Topic: A fibrewise extreme value theorem

Graham Manuell (Jan 23 2023 at 17:59):

Let $p\colon X \to B$ be a continuous surjection which is both open and proper and let $f\colon X \to \mathbb{R}$ be continuous function. Define a function $g\colon B \to \mathbb{R}$ so that $g(b)$ is the maximum value that $f$ takes when restricted to the fibre $p^{-1}(\{b\})$. Then (at least under the assumption of a mild separation axiom) the map $g$ is continuous.

Has anyone heard of this result before and/or does anyone find this result obvious? Alternatively, do you know a resource that might mention this result. It is not in Fibrewise Topology by James and I haven't managed to find anything online.

Graham Manuell (Jan 23 2023 at 18:06):

I care because I am using this as an easy example of a consequence of the constructive extreme value theorem applied to a sheaf topos and it would be nice if the result was not dead obvious to someone with any experience in fibrewise topology and/or if it had an application somewhere.

Simon Willerton (Jan 23 2023 at 23:01):

It reminds me of the stuff in Roald Koudenburg's paper A categorical approach to the maximum theorem.

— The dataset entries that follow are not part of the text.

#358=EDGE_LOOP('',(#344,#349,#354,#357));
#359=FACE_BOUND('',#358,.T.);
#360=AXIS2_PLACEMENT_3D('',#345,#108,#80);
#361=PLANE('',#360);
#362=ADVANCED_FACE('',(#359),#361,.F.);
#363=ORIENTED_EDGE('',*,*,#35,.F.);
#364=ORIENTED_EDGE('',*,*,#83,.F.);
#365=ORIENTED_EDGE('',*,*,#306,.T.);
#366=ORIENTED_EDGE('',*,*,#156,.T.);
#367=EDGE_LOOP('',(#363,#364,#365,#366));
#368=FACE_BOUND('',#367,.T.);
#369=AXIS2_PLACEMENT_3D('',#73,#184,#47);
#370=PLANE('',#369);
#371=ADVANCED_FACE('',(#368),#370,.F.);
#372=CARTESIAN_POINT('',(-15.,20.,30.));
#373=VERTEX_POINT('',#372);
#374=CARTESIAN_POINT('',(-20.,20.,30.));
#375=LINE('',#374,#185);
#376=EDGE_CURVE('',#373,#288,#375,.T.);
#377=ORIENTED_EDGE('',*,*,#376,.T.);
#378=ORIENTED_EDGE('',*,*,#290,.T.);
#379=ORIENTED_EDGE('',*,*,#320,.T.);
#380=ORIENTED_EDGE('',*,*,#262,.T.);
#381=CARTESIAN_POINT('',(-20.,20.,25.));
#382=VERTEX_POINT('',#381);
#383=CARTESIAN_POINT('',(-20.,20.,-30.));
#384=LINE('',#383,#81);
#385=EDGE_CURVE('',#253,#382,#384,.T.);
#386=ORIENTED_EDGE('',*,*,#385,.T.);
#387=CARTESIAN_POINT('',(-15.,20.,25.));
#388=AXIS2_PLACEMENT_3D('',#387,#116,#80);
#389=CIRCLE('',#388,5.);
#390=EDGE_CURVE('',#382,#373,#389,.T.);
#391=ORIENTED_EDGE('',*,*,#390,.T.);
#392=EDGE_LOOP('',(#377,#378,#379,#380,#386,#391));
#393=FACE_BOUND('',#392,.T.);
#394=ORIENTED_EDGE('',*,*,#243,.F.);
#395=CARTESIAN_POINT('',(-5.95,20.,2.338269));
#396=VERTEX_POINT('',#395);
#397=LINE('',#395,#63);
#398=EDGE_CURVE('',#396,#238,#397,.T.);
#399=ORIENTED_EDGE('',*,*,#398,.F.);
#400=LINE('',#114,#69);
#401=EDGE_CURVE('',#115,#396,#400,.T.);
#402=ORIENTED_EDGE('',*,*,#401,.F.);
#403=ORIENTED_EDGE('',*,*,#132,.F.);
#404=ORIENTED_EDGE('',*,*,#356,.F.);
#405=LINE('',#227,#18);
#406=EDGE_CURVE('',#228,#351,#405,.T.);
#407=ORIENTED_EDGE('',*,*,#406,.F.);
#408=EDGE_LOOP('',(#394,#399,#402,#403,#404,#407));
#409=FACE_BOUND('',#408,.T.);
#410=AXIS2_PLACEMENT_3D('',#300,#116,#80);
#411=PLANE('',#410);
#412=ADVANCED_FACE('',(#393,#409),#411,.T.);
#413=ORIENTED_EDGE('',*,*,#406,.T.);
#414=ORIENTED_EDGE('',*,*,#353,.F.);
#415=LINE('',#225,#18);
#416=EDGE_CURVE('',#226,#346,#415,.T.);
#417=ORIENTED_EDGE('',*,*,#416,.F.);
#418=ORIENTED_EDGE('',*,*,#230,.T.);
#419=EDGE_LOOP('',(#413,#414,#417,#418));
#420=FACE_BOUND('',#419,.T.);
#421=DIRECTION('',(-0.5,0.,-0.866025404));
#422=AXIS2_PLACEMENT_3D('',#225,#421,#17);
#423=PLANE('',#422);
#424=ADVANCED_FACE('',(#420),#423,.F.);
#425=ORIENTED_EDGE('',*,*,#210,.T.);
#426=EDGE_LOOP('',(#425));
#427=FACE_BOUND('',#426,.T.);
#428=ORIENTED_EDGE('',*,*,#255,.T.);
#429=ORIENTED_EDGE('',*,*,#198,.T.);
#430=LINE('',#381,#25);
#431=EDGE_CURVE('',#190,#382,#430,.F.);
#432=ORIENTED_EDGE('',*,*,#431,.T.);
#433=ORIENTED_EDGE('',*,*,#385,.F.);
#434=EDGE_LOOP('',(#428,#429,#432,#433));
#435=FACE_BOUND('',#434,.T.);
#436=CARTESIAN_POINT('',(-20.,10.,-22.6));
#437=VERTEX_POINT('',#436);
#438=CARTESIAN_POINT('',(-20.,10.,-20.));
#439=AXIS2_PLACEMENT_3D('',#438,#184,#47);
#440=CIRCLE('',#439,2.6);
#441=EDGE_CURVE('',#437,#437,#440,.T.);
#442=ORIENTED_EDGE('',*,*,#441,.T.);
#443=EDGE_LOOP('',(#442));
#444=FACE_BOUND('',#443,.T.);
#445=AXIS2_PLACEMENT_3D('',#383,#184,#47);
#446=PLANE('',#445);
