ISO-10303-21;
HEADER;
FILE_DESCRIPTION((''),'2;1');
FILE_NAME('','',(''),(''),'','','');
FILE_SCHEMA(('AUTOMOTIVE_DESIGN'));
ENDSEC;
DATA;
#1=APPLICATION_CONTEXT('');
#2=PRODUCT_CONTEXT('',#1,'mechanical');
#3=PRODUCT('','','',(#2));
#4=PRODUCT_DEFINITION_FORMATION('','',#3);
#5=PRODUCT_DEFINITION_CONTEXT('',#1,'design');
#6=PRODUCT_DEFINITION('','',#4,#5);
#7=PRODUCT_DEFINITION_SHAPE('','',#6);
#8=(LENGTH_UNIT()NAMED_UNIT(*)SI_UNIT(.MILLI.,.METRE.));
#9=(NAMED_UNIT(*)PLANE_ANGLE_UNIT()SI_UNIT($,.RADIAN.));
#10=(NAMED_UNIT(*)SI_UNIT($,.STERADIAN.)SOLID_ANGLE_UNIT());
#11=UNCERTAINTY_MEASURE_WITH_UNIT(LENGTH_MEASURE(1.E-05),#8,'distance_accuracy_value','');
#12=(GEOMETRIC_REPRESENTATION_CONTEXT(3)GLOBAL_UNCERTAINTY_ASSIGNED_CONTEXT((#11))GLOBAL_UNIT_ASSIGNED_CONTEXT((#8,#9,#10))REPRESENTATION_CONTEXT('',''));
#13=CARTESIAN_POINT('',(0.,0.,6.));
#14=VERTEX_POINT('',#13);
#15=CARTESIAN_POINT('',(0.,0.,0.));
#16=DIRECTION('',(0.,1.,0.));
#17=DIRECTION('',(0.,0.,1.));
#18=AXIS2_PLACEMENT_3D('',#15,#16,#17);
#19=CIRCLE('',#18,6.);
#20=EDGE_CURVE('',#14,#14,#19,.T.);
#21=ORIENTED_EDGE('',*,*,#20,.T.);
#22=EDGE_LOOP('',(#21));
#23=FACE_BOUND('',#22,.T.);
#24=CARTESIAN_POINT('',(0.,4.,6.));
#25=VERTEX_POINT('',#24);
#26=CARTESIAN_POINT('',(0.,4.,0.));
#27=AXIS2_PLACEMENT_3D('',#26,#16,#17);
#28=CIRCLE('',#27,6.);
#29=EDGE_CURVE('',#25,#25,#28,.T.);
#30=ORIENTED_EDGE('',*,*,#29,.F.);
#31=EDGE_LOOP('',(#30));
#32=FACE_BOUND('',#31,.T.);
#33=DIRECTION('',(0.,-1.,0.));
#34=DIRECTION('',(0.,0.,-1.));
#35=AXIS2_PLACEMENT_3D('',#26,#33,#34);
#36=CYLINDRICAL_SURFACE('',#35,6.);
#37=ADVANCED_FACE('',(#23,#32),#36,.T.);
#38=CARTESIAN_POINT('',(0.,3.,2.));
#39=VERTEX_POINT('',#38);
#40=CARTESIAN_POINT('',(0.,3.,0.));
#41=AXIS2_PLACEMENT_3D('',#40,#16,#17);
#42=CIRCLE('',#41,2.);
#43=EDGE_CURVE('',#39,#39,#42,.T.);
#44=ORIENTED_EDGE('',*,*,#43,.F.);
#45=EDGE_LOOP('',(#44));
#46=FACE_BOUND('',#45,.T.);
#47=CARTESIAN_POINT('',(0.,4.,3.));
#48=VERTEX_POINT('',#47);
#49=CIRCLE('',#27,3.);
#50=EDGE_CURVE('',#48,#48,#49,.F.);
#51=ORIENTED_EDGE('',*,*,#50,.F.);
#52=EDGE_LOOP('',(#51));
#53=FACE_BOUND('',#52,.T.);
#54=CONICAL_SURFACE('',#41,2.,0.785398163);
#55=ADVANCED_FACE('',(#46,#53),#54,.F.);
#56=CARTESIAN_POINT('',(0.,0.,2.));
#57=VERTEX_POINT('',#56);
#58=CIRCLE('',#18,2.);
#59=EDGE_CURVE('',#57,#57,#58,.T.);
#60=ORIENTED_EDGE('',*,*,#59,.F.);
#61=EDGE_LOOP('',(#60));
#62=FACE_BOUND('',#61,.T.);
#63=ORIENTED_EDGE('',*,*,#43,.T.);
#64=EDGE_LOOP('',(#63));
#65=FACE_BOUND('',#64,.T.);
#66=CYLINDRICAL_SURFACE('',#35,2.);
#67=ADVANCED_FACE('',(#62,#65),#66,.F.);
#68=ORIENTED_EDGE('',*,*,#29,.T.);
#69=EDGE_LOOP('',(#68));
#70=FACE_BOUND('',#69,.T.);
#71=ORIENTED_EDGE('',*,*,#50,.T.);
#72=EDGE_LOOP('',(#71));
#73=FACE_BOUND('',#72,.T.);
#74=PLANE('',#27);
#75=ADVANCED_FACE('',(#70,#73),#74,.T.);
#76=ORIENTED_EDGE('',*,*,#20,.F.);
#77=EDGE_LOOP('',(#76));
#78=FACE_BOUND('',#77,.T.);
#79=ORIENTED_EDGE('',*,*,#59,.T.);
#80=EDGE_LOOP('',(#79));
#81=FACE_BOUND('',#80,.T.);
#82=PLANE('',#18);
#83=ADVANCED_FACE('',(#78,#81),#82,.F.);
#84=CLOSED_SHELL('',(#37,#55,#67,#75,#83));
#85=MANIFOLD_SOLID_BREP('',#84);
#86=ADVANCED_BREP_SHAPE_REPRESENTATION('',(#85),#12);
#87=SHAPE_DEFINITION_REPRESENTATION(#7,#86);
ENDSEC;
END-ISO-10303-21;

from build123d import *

# Parameters (mm, degrees)
SKETCH1_R           = 6
SKETCH1_R_2         = 2
BOSS_EXTRUDE1_DEPTH = 4
CHAMFER1_SIZE       = 1


with BuildPart() as part:
    # Sketch1 → Boss-Extrude1 (new body)
    with BuildSketch(Plane(origin=(0, 0, 0), x_dir=(1, 0, 0), z_dir=(0, 1, 0))):
        Circle(SKETCH1_R)
        Circle(SKETCH1_R_2, mode=Mode.SUBTRACT)
    extrude(amount=BOSS_EXTRUDE1_DEPTH)

    # Chamfer1
    chamfer1_edges = [part.edges().sort_by_distance(p)[0] for p in [
        (-2, 4, 0),
    ]]
    chamfer(chamfer1_edges, length=CHAMFER1_SIZE)


solid = part.part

The result that Roald is talking about he refers to as "Berge's maximum theorem". I don't know if that's helpful.

Graham Manuell (Jan 23 2023 at 23:18):

Ah. That does seem relevant! Thanks!

Matteo Capucci (he/him) (Jan 25 2023 at 14:44):

Simon Willerton said:

It reminds me of the stuff in Roald Koudenburg's paper A categorical approach to the maximum theorem. The result that Roald is talking about he refers to as "Berge's maximum theorem". I don't know if that's helpful.

Nice reference!